5.5 KiB
All tests within a suite folder must all start with the prefix defined in suite.json
. There are two types of suites.
same_task
If same_task is set to true, all of the data.jsons are combined into one test. A single test runs, but multiple regression tests, internal_infos, dependencies, and reports are created. The artifacts_in/out and custom python should be in the suite folder as it's shared between tests.
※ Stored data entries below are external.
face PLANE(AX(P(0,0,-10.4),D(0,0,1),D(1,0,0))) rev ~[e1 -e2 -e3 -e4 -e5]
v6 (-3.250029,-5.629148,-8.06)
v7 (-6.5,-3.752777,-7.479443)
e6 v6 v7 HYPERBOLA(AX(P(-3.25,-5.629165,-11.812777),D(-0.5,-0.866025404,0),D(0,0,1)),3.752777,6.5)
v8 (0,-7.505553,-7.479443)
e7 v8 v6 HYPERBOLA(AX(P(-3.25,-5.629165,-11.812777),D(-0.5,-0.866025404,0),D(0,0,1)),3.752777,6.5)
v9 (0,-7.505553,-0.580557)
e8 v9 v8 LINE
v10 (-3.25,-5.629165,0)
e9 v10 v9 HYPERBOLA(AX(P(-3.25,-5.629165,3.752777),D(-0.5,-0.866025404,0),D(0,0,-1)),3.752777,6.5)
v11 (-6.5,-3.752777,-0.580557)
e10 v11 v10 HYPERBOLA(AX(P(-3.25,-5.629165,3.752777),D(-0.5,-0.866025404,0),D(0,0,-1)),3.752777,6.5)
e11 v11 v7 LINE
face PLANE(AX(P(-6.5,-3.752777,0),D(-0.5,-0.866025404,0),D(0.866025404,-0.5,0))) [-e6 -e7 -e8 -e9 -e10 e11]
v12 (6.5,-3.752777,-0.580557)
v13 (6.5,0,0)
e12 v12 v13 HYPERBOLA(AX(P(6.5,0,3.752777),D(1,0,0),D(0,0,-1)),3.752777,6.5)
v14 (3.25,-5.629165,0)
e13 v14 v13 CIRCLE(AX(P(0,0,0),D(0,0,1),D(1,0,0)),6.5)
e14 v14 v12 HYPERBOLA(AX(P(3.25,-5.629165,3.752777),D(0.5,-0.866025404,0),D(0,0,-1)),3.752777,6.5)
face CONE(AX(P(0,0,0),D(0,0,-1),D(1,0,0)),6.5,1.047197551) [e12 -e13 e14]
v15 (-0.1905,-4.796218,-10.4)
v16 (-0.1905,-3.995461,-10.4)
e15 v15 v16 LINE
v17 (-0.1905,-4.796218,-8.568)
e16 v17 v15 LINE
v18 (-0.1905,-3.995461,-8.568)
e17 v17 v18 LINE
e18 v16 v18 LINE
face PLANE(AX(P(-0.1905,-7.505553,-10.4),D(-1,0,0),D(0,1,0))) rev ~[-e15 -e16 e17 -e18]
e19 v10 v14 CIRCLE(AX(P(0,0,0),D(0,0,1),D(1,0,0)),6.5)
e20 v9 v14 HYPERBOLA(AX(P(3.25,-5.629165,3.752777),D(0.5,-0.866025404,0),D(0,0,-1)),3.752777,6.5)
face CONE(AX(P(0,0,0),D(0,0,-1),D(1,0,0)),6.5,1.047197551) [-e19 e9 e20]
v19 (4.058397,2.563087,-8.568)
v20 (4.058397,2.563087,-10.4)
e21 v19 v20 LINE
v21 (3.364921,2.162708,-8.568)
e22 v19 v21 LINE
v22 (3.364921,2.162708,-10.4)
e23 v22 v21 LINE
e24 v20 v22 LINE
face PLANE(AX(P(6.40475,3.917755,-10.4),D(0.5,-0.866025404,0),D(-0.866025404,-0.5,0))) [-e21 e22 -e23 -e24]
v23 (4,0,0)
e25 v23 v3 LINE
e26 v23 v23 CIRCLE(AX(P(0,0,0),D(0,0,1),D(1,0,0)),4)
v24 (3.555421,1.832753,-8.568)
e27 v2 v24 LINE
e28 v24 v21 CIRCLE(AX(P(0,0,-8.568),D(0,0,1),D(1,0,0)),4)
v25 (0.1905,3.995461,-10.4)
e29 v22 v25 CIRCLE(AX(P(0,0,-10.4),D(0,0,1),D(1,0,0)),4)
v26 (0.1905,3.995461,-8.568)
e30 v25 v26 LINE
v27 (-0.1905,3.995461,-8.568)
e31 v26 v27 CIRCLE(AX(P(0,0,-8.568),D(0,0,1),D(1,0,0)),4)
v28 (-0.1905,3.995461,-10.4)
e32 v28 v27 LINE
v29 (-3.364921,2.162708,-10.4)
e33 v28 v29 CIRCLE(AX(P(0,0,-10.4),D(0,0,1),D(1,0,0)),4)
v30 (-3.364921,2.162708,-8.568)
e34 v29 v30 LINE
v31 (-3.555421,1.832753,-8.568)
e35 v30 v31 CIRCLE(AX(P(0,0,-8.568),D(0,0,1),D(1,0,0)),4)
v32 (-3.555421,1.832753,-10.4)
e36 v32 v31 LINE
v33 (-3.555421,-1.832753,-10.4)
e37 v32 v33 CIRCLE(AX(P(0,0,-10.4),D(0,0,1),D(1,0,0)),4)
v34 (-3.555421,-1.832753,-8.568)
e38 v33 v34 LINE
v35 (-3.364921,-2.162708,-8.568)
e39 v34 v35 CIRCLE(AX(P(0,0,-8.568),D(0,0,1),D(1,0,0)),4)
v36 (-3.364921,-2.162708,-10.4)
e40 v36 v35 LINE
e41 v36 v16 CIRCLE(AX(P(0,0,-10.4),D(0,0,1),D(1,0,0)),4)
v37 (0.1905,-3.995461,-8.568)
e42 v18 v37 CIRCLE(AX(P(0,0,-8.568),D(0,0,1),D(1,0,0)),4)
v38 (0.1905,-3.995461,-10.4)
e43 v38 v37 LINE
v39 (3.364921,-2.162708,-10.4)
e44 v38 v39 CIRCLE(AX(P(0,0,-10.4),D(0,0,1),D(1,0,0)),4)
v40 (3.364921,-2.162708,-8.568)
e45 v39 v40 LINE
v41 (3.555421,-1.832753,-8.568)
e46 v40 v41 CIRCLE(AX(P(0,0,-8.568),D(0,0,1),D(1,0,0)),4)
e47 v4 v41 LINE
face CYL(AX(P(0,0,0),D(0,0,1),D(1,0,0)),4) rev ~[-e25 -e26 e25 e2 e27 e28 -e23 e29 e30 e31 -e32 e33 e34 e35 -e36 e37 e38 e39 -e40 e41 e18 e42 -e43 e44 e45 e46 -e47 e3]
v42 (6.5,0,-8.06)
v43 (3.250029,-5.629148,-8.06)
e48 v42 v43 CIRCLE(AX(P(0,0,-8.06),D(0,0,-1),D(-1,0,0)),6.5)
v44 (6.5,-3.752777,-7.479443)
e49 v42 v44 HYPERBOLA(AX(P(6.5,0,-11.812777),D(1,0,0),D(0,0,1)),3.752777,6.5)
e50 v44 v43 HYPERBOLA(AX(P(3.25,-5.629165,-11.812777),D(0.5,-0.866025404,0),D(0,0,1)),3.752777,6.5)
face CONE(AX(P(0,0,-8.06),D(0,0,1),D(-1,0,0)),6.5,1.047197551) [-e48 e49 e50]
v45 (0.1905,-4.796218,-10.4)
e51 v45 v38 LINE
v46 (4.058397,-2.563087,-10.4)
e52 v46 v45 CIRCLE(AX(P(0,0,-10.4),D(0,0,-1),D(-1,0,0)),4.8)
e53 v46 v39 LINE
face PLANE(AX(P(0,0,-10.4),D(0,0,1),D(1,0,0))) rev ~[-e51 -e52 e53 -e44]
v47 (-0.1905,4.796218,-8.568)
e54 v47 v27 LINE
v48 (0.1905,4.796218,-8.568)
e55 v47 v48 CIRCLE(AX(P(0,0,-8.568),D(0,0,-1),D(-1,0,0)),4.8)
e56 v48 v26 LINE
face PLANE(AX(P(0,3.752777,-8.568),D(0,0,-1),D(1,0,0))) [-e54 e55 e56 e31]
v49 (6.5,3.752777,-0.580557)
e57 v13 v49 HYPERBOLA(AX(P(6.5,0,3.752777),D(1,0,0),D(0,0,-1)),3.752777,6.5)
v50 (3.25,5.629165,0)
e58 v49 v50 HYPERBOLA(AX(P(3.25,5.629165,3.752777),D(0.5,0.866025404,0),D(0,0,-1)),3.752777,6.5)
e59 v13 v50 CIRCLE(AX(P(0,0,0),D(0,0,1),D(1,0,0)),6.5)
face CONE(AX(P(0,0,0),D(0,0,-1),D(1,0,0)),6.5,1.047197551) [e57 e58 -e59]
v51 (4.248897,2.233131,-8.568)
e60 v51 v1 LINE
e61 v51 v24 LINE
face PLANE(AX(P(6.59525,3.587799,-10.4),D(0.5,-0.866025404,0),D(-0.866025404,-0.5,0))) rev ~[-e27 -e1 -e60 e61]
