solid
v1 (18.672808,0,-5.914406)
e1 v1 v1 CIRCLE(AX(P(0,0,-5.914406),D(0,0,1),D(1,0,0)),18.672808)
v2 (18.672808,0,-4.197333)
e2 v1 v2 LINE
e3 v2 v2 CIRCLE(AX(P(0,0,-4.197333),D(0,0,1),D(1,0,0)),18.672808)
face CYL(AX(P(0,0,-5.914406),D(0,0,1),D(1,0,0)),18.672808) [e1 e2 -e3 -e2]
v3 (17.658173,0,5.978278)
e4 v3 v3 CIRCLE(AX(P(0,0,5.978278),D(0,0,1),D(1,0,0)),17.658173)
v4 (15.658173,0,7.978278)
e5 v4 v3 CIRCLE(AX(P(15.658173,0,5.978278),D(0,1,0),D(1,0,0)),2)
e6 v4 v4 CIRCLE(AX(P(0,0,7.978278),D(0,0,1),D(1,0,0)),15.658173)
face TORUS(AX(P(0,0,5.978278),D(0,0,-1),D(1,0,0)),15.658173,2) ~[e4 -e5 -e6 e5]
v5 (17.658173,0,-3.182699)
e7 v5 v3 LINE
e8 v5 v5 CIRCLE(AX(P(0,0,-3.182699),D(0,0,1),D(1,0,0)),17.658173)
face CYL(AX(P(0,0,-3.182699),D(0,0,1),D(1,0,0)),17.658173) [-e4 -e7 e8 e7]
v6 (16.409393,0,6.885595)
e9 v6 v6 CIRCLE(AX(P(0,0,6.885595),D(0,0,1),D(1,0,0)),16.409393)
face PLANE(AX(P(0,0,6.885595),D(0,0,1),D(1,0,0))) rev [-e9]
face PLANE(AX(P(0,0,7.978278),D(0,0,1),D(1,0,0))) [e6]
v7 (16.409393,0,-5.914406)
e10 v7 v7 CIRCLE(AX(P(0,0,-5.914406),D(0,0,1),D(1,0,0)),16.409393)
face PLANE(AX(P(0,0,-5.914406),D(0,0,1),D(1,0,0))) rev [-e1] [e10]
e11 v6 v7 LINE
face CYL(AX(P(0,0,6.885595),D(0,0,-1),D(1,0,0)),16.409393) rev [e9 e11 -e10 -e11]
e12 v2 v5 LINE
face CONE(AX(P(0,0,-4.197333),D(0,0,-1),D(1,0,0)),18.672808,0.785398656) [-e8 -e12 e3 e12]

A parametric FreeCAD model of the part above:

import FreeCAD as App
import Part
import Sketcher
from FreeCAD import Vector
Q = App.Units.Quantity


def edges_at(feature, points):
    """Names of the edges that pass closest to the given points."""
    edges = feature.Shape.Edges
    near = lambda p: min(range(len(edges)), key=lambda i: edges[i].distToShape(Part.Vertex(*p))[0])
    return sorted({f"Edge{near(p) + 1}" for p in points})

doc = App.newDocument("Part")
body = doc.addObject("PartDesign::Body", "Body")

# Sketch on XZ plane
sketch1 = doc.addObject("Sketcher::SketchObject", "Sketch")
body.addObject(sketch1)
sketch1.AttachmentSupport = (doc.XZ_Plane, [""])
sketch1.MapMode = "FlatFace"
sketch1.addGeometry(Part.LineSegment(Vector(17.658173, 7.978278, 0), Vector(0, 7.978278, 0)), False)
sketch1.addGeometry(Part.LineSegment(Vector(0, 7.978278, 0), Vector(0, 6.885595, 0)), False)
sketch1.addGeometry(Part.LineSegment(Vector(0, 6.885595, 0), Vector(16.409393, 6.885595, 0)), False)
sketch1.addGeometry(Part.LineSegment(Vector(16.409393, 6.885595, 0), Vector(16.409393, -5.914406, 0)), False)
sketch1.addGeometry(Part.LineSegment(Vector(16.409393, -5.914406, 0), Vector(18.672808, -5.914406, 0)), False)
sketch1.addGeometry(Part.LineSegment(Vector(18.672808, -5.914406, 0), Vector(18.672808, -4.197333, 0)), False)
sketch1.addGeometry(Part.LineSegment(Vector(18.672808, -4.197333, 0), Vector(17.658173, -3.182699, 0)), False)
sketch1.addGeometry(Part.LineSegment(Vector(17.658173, -3.182699, 0), Vector(17.658173, 7.978278, 0)), False)
sketch1.addConstraint(Sketcher.Constraint("Coincident", 0, 2, 1, 1))
sketch1.addConstraint(Sketcher.Constraint("Coincident", 1, 2, 2, 1))
sketch1.addConstraint(Sketcher.Constraint("Coincident", 2, 2, 3, 1))
sketch1.addConstraint(Sketcher.Constraint("Coincident", 3, 2, 4, 1))
sketch1.addConstraint(Sketcher.Constraint("Coincident", 4, 2, 5, 1))
sketch1.addConstraint(Sketcher.Constraint("Coincident", 5, 2, 6, 1))
sketch1.addConstraint(Sketcher.Constraint("Coincident", 6, 2, 7, 1))
sketch1.addConstraint(Sketcher.Constraint("Coincident", 7, 2, 0, 1))
sketch1.addConstraint(Sketcher.Constraint("Horizontal", 0))
sketch1.addConstraint(Sketcher.Constraint("Vertical", 1))
sketch1.addConstraint(Sketcher.Constraint("Horizontal", 2))
sketch1.addConstraint(Sketcher.Constraint("Vertical", 3))
sketch1.addConstraint(Sketcher.Constraint("Horizontal", 4))
sketch1.addConstraint(Sketcher.Constraint("Vertical", 5))
sketch1.addConstraint(Sketcher.Constraint("Vertical", 7))
sketch1.addConstraint(Sketcher.Constraint("PointOnObject", 0, 2, -2))
sketch1.addConstraint(Sketcher.Constraint("DistanceY", 3, 2, 3, 1, Q("12.800001 mm")))
sketch1.addConstraint(Sketcher.Constraint("DistanceY", 6, 2, -1, 1, Q("3.182699 mm")))
sketch1.addConstraint(Sketcher.Constraint("Distance", 6, Q("1.43491 mm")))
sketch1.addConstraint(Sketcher.Constraint("DistanceX", 0, 2, 0, 1, Q("17.658173 mm")))
sketch1.addConstraint(Sketcher.Constraint("DistanceX", 2, 1, 2, 2, Q("16.409393 mm")))
sketch1.addConstraint(Sketcher.Constraint("DistanceX", 4, 1, 4, 2, Q("2.263415 mm")))
sketch1.addConstraint(Sketcher.Constraint("DistanceY", 1, 2, 1, 1, Q("1.092683 mm")))
sketch1.addConstraint(Sketcher.Constraint("DistanceY", 5, 1, 5, 2, Q("1.717073 mm")))
revolution = doc.addObject("PartDesign::Revolution", "Revolution")
body.addObject(revolution)
revolution.Profile = sketch1
revolution.ReferenceAxis = (sketch1, ["V_Axis"])
revolution.Angle = 360
doc.recompute()

fillet = doc.addObject("PartDesign::Fillet", "Fillet")
body.addObject(fillet)
fillet.Base = (revolution, edges_at(revolution, [(-17.658, 0, 7.978)]))
fillet.Radius = 2

doc.recompute()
An example of this can be found in "agbenchmark/challenges/retrieval/r2_search_suite_1"
{
"same_task": true,
"prefix": "TestRevenueRetrieval",
"dependencies": ["TestBasicRetrieval"],
"cutoff": 60,
"task": "Write tesla's exact revenue in 2022 into a .txt file. Use the US notation, with a precision rounded to the nearest million dollars (for instance, $31,578 billion).",
"shared_category": ["retrieval"]
}
The structure for a same_task report looks like this:
"TestRevenueRetrieval": {
"data_path": "agbenchmark/challenges/retrieval/r2_search_suite_1",
"task": "Write tesla's exact revenue in 2022 into a .txt file. Use the US notation, with a precision rounded to the nearest million dollars (for instance, $31,578 billion).",
"category": [
"retrieval"
],
"metrics": {
"percentage": 100.0,
"highest_difficulty": "intermediate",
"run_time": "0.016 seconds"
},
"tests": {
"TestRevenueRetrieval_1.0": {
"data_path": "agbenchmark/challenges/retrieval/r2_search_suite_1/1_tesla_revenue/data.json",
"is_regression": false,
"answer": "It was $81.462 billion in 2022.",
"description": "A no guardrails search for info",
"metrics": {
"difficulty": "novice",
"success": true,
"success_%": 100.0
}
},
"TestRevenueRetrieval_1.1": {
"data_path": "agbenchmark/challenges/retrieval/r2_search_suite_1/2_specific/data.json",
"is_regression": false,
"answer": "It was $81.462 billion in 2022.",
"description": "This one checks the accuracy of the information over r2",
"metrics": {
"difficulty": "novice",
"success": true,
"success_%": 0
}
},
},
"reached_cutoff": false
},
same_task
If same_task is set to false, the main functionality added is being able to run via the --suite flag, and the ability to run the test in reverse order (can't work). Also, this should generate a single report similar to the above also with a %
{
"same_task": false,
"reverse_order": true,
"prefix": "TestReturnCode"
}
The structure for a non same_task report looks like this:
"TestReturnCode": {
"data_path": "agbenchmark/challenges/code/c1_writing_suite_1",
"metrics": {
"percentage": 0.0,
"highest_difficulty": "No successful tests",
"run_time": "15.972 seconds"
},
"tests": {
"TestReturnCode_Simple": {
"data_path": "agbenchmark/challenges/code/c1_writing_suite_1/1_return/data.json",
"is_regression": false,
"category": [
"code",
"iterate"
],
"task": "Return the multiplied number in the function multiply_int in code.py. You can make sure you have correctly done this by running test.py",
"answer": "Just a simple multiple by 2 function. Num is 4 so answer is 8",
"description": "Simple test if a simple code instruction can be executed",
"metrics": {
"difficulty": "basic",
"success": false,
"fail_reason": "assert 1 in [0.0]",
"success_%": 0.0,
"run_time": "15.96 seconds"
},
"reached_cutoff": false
},
"TestReturnCode_Write": {
"data_path": "agbenchmark/challenges/code/c1_writing_suite_1/2_write/data.json",
"is_regression": false,
"category": [
"code",
"iterate"
],
"task": "Add a function called multiply_int in code.py that multiplies numbers by 2. You can make sure you have correctly done this by running test.py",
"answer": "Just a simple multiple by 2 function. Num is 4 so answer is 8",
"description": "Small step up, just writing the function with a name as well as the return statement.",
"metrics": {
"difficulty": "novice",
"success": false,
"fail_reason": "agbenchmark/challenges/test_all.py::TestReturnCode_Write::test_method[challenge_data0] depends on agbenchmark/challenges/test_all.py::TestReturnCode_Simple::test_method[challenge_data0]",
"success_%": 0.0,
"run_time": "0.004 seconds"
},
"reached_cutoff": false
},
}
}